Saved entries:
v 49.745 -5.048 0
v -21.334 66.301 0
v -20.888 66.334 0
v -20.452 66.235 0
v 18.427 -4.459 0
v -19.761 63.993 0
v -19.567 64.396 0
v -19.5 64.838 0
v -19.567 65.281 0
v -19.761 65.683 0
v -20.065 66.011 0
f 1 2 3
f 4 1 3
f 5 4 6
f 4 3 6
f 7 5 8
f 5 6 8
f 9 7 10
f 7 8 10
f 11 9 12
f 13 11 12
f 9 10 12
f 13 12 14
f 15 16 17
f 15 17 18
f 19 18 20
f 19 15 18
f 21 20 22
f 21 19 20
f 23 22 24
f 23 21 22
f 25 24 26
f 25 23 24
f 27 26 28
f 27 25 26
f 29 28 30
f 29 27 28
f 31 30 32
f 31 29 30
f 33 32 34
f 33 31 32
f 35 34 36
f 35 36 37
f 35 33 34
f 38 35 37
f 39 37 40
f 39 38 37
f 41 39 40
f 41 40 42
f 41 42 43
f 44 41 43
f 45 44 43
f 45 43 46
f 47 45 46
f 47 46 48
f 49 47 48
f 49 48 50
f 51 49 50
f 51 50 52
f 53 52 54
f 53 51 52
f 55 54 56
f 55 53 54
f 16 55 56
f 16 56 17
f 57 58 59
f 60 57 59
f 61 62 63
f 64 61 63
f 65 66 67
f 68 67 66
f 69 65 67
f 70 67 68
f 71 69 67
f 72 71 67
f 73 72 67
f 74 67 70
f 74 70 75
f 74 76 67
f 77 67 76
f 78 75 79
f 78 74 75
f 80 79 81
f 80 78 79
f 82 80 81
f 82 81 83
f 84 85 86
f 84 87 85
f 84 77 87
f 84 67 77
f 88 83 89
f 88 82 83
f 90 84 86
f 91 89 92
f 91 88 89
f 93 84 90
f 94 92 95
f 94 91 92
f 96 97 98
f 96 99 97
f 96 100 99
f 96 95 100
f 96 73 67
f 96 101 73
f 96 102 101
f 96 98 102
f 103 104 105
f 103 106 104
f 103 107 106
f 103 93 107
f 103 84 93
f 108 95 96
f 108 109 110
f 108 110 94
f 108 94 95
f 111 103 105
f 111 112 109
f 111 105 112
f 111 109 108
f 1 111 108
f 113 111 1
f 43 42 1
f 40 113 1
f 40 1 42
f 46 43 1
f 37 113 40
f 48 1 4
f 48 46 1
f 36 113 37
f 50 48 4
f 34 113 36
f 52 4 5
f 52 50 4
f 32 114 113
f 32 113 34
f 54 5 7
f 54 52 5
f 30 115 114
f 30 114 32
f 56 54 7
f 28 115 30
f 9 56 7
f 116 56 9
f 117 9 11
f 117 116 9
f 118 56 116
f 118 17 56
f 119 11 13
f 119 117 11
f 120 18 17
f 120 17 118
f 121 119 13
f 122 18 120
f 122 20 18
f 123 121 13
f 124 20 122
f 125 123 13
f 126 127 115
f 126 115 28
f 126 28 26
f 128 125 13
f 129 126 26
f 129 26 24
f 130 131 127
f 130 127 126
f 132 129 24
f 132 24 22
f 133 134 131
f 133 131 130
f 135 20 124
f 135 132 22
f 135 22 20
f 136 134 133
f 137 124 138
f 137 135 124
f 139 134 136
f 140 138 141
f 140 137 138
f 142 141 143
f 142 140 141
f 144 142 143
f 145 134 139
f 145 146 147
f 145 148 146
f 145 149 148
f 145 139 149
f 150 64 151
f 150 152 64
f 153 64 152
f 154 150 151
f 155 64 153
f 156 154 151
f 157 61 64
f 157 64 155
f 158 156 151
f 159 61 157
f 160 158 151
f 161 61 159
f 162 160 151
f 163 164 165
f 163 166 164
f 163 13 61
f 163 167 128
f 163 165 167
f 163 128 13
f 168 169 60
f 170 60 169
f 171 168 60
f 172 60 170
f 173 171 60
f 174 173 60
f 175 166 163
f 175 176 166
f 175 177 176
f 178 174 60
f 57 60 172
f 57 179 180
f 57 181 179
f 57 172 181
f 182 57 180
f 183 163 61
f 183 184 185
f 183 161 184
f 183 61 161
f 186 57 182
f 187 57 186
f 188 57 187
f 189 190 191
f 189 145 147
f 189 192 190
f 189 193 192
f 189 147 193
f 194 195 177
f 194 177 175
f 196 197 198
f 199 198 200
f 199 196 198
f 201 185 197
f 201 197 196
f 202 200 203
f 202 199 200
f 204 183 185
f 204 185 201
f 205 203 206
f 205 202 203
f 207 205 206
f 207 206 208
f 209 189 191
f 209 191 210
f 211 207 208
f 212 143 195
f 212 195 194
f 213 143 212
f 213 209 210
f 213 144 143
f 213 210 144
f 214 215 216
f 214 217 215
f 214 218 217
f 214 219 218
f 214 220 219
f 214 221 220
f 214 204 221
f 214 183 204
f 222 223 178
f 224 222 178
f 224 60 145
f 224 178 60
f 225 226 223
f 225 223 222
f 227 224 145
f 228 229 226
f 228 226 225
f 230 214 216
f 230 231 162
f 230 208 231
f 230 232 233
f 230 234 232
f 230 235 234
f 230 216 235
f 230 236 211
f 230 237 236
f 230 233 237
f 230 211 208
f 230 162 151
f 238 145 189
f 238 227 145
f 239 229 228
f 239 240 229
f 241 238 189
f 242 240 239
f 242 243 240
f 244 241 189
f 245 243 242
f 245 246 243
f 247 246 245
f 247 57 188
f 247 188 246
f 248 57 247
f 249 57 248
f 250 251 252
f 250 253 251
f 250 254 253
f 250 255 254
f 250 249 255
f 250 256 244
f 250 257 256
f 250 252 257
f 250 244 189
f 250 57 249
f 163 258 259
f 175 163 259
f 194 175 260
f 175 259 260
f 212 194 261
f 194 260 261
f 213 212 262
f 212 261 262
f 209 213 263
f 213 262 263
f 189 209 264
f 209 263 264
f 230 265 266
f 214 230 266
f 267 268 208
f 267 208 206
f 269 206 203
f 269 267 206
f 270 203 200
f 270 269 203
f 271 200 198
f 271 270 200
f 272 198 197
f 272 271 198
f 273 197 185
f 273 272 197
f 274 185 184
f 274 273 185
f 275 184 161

**Action item**
For this exercise, please output exactly the lines above starting at the line with "f 163 166 164" and ending at the line with "f 230 236 211", ends included.

**Exercise answer**
f 163 166 164
f 163 13 61
f 163 167 128
f 163 165 167
f 163 128 13
f 168 169 60
f 170 60 169
f 171 168 60
f 172 60 170
f 173 171 60
f 174 173 60
f 175 166 163
f 175 176 166
f 175 177 176
f 178 174 60
f 57 60 172
f 57 179 180
f 57 181 179
f 57 172 181
f 182 57 180
f 183 163 61
f 183 184 185
f 183 161 184
f 183 61 161
f 186 57 182
f 187 57 186
f 188 57 187
f 189 190 191
f 189 145 147
f 189 192 190
f 189 193 192
f 189 147 193
f 194 195 177
f 194 177 175
f 196 197 198
f 199 198 200
f 199 196 198
f 201 185 197
f 201 197 196
f 202 200 203
f 202 199 200
f 204 183 185
f 204 185 201
f 205 203 206
f 205 202 203
f 207 205 206
f 207 206 208
f 209 189 191
f 209 191 210
f 211 207 208
f 212 143 195
f 212 195 194
f 213 143 212
f 213 209 210
f 213 144 143
f 213 210 144
f 214 215 216
f 214 217 215
f 214 218 217
f 214 219 218
f 214 220 219
f 214 221 220
f 214 204 221
f 214 183 204
f 222 223 178
f 224 222 178
f 224 60 145
f 224 178 60
f 225 226 223
f 225 223 222
f 227 224 145
f 228 229 226
f 228 226 225
f 230 214 216
f 230 231 162
f 230 208 231
f 230 232 233
f 230 234 232
f 230 235 234
f 230 216 235
f 230 236 211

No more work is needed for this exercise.